Copy exactly, please, each line of the data below until the line that contains "# Parameters (mm, degrees)" has been copied, beginning at the top.

Segment Start: Input data

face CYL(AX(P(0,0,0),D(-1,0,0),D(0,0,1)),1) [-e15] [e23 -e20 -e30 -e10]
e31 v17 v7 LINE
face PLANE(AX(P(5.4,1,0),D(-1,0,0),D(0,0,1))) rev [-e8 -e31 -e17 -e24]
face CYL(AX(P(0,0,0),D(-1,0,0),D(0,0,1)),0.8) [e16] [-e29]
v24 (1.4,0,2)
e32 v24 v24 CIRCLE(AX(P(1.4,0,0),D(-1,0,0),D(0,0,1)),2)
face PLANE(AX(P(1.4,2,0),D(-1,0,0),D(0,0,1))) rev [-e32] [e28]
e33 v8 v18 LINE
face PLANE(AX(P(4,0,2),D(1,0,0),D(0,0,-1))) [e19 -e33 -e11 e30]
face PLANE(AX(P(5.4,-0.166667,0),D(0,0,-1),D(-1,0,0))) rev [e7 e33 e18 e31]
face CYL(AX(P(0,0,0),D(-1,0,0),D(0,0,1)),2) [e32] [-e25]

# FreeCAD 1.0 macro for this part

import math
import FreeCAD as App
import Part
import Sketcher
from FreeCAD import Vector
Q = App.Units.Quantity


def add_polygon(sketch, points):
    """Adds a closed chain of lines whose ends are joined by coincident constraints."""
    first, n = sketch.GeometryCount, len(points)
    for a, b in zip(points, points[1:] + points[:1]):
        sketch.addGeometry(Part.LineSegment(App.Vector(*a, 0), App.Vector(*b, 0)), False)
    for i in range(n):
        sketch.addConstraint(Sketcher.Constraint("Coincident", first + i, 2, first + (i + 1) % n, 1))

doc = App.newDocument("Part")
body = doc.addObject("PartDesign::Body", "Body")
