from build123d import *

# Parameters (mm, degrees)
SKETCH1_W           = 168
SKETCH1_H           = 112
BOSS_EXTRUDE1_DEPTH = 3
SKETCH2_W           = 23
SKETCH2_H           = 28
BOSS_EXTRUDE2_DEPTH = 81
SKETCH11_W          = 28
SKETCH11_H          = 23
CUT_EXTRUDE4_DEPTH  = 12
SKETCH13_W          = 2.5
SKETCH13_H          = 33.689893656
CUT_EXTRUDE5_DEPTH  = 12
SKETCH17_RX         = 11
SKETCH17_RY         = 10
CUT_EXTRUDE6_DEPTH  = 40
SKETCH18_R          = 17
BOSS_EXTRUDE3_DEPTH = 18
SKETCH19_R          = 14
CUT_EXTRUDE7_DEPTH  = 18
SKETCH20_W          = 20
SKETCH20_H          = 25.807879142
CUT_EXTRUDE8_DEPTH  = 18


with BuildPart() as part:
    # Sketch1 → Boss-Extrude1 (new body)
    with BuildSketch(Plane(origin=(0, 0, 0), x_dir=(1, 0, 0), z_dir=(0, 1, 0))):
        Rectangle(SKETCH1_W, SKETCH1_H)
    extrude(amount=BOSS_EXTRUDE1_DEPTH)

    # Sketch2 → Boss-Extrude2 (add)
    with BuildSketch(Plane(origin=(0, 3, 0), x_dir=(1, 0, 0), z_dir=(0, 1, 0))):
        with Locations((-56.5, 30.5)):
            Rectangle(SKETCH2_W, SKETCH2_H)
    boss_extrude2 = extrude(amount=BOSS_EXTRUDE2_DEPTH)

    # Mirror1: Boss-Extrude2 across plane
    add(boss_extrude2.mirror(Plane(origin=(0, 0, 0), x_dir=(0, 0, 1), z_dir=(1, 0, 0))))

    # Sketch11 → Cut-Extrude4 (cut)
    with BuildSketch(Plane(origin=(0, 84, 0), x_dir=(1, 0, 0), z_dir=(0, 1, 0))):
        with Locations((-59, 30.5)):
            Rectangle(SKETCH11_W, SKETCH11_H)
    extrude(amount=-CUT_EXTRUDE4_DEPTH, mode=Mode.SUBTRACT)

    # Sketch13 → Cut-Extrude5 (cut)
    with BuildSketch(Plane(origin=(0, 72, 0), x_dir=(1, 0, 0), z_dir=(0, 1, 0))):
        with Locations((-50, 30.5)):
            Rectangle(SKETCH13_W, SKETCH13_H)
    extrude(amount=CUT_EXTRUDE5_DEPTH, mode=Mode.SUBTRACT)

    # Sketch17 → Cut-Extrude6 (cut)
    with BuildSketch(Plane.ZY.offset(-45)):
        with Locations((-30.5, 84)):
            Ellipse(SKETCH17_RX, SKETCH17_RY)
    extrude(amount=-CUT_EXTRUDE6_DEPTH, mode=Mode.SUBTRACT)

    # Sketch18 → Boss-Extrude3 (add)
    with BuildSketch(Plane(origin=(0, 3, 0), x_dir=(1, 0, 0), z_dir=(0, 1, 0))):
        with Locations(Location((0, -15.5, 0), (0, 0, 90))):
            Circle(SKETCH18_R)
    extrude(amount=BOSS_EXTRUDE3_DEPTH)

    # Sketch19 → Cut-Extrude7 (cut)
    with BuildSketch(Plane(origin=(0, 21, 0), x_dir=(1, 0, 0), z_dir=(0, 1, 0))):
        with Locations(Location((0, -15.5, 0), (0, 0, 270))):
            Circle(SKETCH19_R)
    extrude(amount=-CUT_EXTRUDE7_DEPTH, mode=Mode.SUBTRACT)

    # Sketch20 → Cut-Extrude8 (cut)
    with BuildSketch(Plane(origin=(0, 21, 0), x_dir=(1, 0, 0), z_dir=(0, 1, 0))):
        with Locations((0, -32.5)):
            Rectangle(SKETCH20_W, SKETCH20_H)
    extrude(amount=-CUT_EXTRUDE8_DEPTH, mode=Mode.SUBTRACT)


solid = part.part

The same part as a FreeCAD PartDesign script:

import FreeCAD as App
import Part
import Sketcher

V = App.Vector
Q = App.Units.Quantity


def add_polygon(sketch, points):
    """Adds a closed chain of lines whose ends are joined by coincident constraints."""
    first, n = sketch.GeometryCount, len(points)
    for a, b in zip(points, points[1:] + points[:1]):
        sketch.addGeometry(Part.LineSegment(App.Vector(*a, 0), App.Vector(*b, 0)), False)
    for i in range(n):
        sketch.addConstraint(Sketcher.Constraint("Coincident", first + i, 2, first + (i + 1) % n, 1))

doc = App.newDocument("Part")
body = doc.addObject("PartDesign::Body", "Body")

# Sketch on XZ plane
sketch1 = body.newObject("Sketcher::SketchObject", "Sketch")
sketch1.AttachmentSupport = (doc.getObject("XZ_Plane"), [""])
sketch1.MapMode = "FlatFace"
add_polygon(sketch1, [(-84, -56), (-84, 56), (84, 56), (84, -56)])  # lines 0-3
sketch1.addConstraint([
    Sketcher.Constraint("Vertical", 0),
    Sketcher.Constraint("Horizontal", 1),
    Sketcher.Constraint("Vertical", 2),
    Sketcher.Constraint("Horizontal", 3),
    Sketcher.Constraint("Symmetric", 0, 2, 2, 2, -1, 1),
    Sketcher.Constraint("DistanceX", 1, 1, 1, 2, Q("168 mm")),
    Sketcher.Constraint("DistanceY", 0, 1, 0, 2, Q("112 mm")),
])
pad1 = body.newObject("PartDesign::Pad", "Pad")
pad1.Profile = sketch1
pad1.Length = 3
pad1.Reversed = True

# Sketch on XZ plane
sketch2 = body.newObject("Sketcher::SketchObject", "Sketch001")
sketch2.AttachmentSupport = (doc.getObject("XZ_Plane"), [""])
sketch2.MapMode = "FlatFace"
sketch2.AttachmentOffset = App.Placement(V(0, 0, -3), App.Rotation())
add_polygon(sketch2, [(-68, -44.5), (-68, -16.5), (-45, -16.5), (-45, -44.5)])  # lines 0-3
sketch2.addConstraint([
    Sketcher.Constraint("Vertical", 0),
    Sketcher.Constraint("Horizontal", 1),
    Sketcher.Constraint("Vertical", 2),
    Sketcher.Constraint("Horizontal", 3),
    Sketcher.Constraint("DistanceX", 1, 1, 1, 2, Q("23 mm")),
    Sketcher.Constraint("DistanceY", 0, 1, 0, 2, Q("28 mm")),
    Sketcher.Constraint("DistanceX", 0, 2, -1, 1, Q("68 mm")),
    Sketcher.Constraint("DistanceY", 0, 2, -1, 1, Q("16.5 mm")),
])
pad2 = body.newObject("PartDesign::Pad", "Pad001")
pad2.Profile = sketch2
pad2.Length = 81
pad2.Reversed = True
doc.recompute()

mirrored = body.newObject("PartDesign::Mirrored", "Mirrored")
mirrored.Originals = [pad2]
mirrored.MirrorPlane = (doc.getObject("YZ_Plane"), [""])
body.Tip = mirrored

# Sketch on XZ plane
sketch3 = body.newObject("Sketcher::SketchObject", "Sketch002")
sketch3.AttachmentSupport = (doc.getObject("XZ_Plane"), [""])
sketch3.MapMode = "FlatFace"
sketch3.AttachmentOffset = App.Placement(V(0, 0, -84), App.Rotation())
add_polygon(sketch3, [(-73, -42), (-73, -19), (-45, -19), (-45, -42)])  # lines 0-3
sketch3.addConstraint([
    Sketcher.Constraint("Vertical", 0),
    Sketcher.Constraint("Horizontal", 1),
    Sketcher.Constraint("Vertical", 2),
    Sketcher.Constraint("Horizontal", 3),
    Sketcher.Constraint("DistanceX", 1, 1, 1, 2, Q("28 mm")),
    Sketcher.Constraint("DistanceY", 0, 1, 0, 2, Q("23 mm")),
    Sketcher.Constraint("DistanceX", 0, 2, -1, 1, Q("73 mm")),
    Sketcher.Constraint("DistanceY", 0, 2, -1, 1, Q("19 mm")),
])
pocket1 = body.newObject("PartDesign::Pocket", "Pocket")
pocket1.Profile = sketch3
pocket1.Length = 12
pocket1.Reversed = True

# Sketch on XZ plane
sketch4 = body.newObject("Sketcher::SketchObject", "Sketch003")
sketch4.AttachmentSupport = (doc.getObject("XZ_Plane"), [""])
sketch4.MapMode = "FlatFace"
sketch4.AttachmentOffset = App.Placement(V(0, 0, -72), App.Rotation())
add_polygon(sketch4, [(-51.25, -47.344947), (-51.25, -13.655053), (-48.75, -13.655053), (-48.75, -47.344947)])  # lines 0-3
sketch4.addConstraint([
    Sketcher.Constraint("Vertical", 0),
    Sketcher.Constraint("Horizontal", 1),
    Sketcher.Constraint("Vertical", 2),
    Sketcher.Constraint("Horizontal", 3),
    Sketcher.Constraint("DistanceX", 1, 1, 1, 2, Q("2.5 mm")),
    Sketcher.Constraint("DistanceX", 0, 2, -1, 1, Q("51.25 mm")),
    Sketcher.Constraint("DistanceY", 0, 1, 0, 2, Q("33.689894 mm")),
    Sketcher.Constraint("DistanceY", 0, 2, -1, 1, Q("13.655053 mm")),
])
pocket2 = body.newObject("PartDesign::Pocket", "Pocket001")
pocket2.Profile = sketch4
pocket2.Length = 12

# Sketch on YZ plane
sketch5 = body.newObject("Sketcher::SketchObject", "Sketch004")
sketch5.AttachmentSupport = (doc.getObject("YZ_Plane"), [""])
sketch5.MapMode = "FlatFace"
sketch5.AttachmentOffset = App.Placement(V(0, 0, 45), App.Rotation())
sketch5.addGeometry(Part.Ellipse(V(84, -19.5, 0), V(74, -30.5, 0), V(84, -30.5, 0)), False)
sketch5.addConstraint(Sketcher.Constraint("Block", 0))
pocket3 = body.newObject("PartDesign::Pocket", "Pocket002")
pocket3.Profile = sketch5
pocket3.Length = 40
pocket3.Reversed = True

# Sketch on XZ plane
sketch6 = body.newObject("Sketcher::SketchObject", "Sketch005")
sketch6.AttachmentSupport = (doc.getObject("XZ_Plane"), [""])
sketch6.MapMode = "FlatFace"
sketch6.AttachmentOffset = App.Placement(V(0, 0, -3), App.Rotation())
sketch6.addGeometry(Part.Circle(V(0, 15.5, 0), V(0, 0, 1), 17), False)
sketch6.addConstraint([
    Sketcher.Constraint("PointOnObject", 0, 3, -2),
    Sketcher.Constraint("Diameter", 0, Q("34 mm")),
    Sketcher.Constraint("DistanceY", -1, 1, 0, 3, Q("15.5 mm")),
])
pad3 = body.newObject("PartDesign::Pad", "Pad002")
pad3.Profile = sketch6
pad3.Length = 18
pad3.Reversed = True

# Sketch on XZ plane
sketch7 = body.newObject("Sketcher::SketchObject", "Sketch006")
sketch7.AttachmentSupport = (doc.getObject("XZ_Plane"), [""])
sketch7.MapMode = "FlatFace"
sketch7.AttachmentOffset = App.Placement(V(0, 0, -21), App.Rotation())
sketch7.addGeometry(Part.Circle(V(0, 15.5, 0), V(0, 0, 1), 14), False)
sketch7.addConstraint([
    Sketcher.Constraint("PointOnObject", 0, 3, -2),
    Sketcher.Constraint("Diameter", 0, Q("28 mm")),
    Sketcher.Constraint("DistanceY", -1, 1, 0, 3, Q("15.5 mm")),
])
pocket4 = body.newObject("PartDesign::Pocket", "Pocket003")
pocket4.Profile = sketch7
pocket4.Length = 18
pocket4.Reversed = True

# Sketch on XZ plane
sketch8 = body.newObject("Sketcher::SketchObject", "Sketch007")
sketch8.AttachmentSupport = (doc.getObject("XZ_Plane"), [""])
sketch8.MapMode = "FlatFace"
sketch8.AttachmentOffset = App.Placement(V(0, 0, -21), App.Rotation())
add_polygon(sketch8, [(-10, 19.59606), (-10, 45.40394), (10, 45.40394), (10, 19.59606)])  # lines 0-3
sketch8.addConstraint([
    Sketcher.Constraint("Vertical", 0),
    Sketcher.Constraint("Horizontal", 1),
    Sketcher.Constraint("Vertical", 2),
    Sketcher.Constraint("Horizontal", 3),
    Sketcher.Constraint("DistanceX", 1, 1, 1, 2, Q("20 mm")),
    Sketcher.Constraint("DistanceX", 0, 2, -1, 1, Q("10 mm")),
    Sketcher.Constraint("DistanceY", 0, 1, 0, 2, Q("25.807879 mm")),
    Sketcher.Constraint("DistanceY", -1, 1, 0, 2, Q("45.40394 mm")),
])
pocket5 = body.newObject("PartDesign::Pocket", "Pocket004")
pocket5.Profile = sketch8
pocket5.Length = 18
pocket5.Reversed = True

doc.recompute()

Segment End: Input data

### Answer box
face CYL(AX(P(0,0,0),D(-1,0,0),D(0,0,1)),1) [-e15] [e23 -e20 -e30 -e10]
e31 v17 v7 LINE
face PLANE(AX(P(5.4,1,0),D(-1,0,0),D(0,0,1))) rev [-e8 -e31 -e17 -e24]
face CYL(AX(P(0,0,0),D(-1,0,0),D(0,0,1)),0.8) [e16] [-e29]
v24 (1.4,0,2)
e32 v24 v24 CIRCLE(AX(P(1.4,0,0),D(-1,0,0),D(0,0,1)),2)
face PLANE(AX(P(1.4,2,0),D(-1,0,0),D(0,0,1))) rev [-e32] [e28]
e33 v8 v18 LINE
face PLANE(AX(P(4,0,2),D(1,0,0),D(0,0,-1))) [e19 -e33 -e11 e30]
face PLANE(AX(P(5.4,-0.166667,0),D(0,0,-1),D(-1,0,0))) rev [e7 e33 e18 e31]
face CYL(AX(P(0,0,0),D(-1,0,0),D(0,0,1)),2) [e32] [-e25]

# FreeCAD 1.0 macro for this part

import math
import FreeCAD as App
import Part
import Sketcher
from FreeCAD import Vector
Q = App.Units.Quantity


def add_polygon(sketch, points):
    """Adds a closed chain of lines whose ends are joined by coincident constraints."""
    first, n = sketch.GeometryCount, len(points)
    for a, b in zip(points, points[1:] + points[:1]):
        sketch.addGeometry(Part.LineSegment(App.Vector(*a, 0), App.Vector(*b, 0)), False)
    for i in range(n):
        sketch.addConstraint(Sketcher.Constraint("Coincident", first + i, 2, first + (i + 1) % n, 1))

doc = App.newDocument("Part")
body = doc.addObject("PartDesign::Body", "Body")
from build123d import *

# Parameters (mm, degrees)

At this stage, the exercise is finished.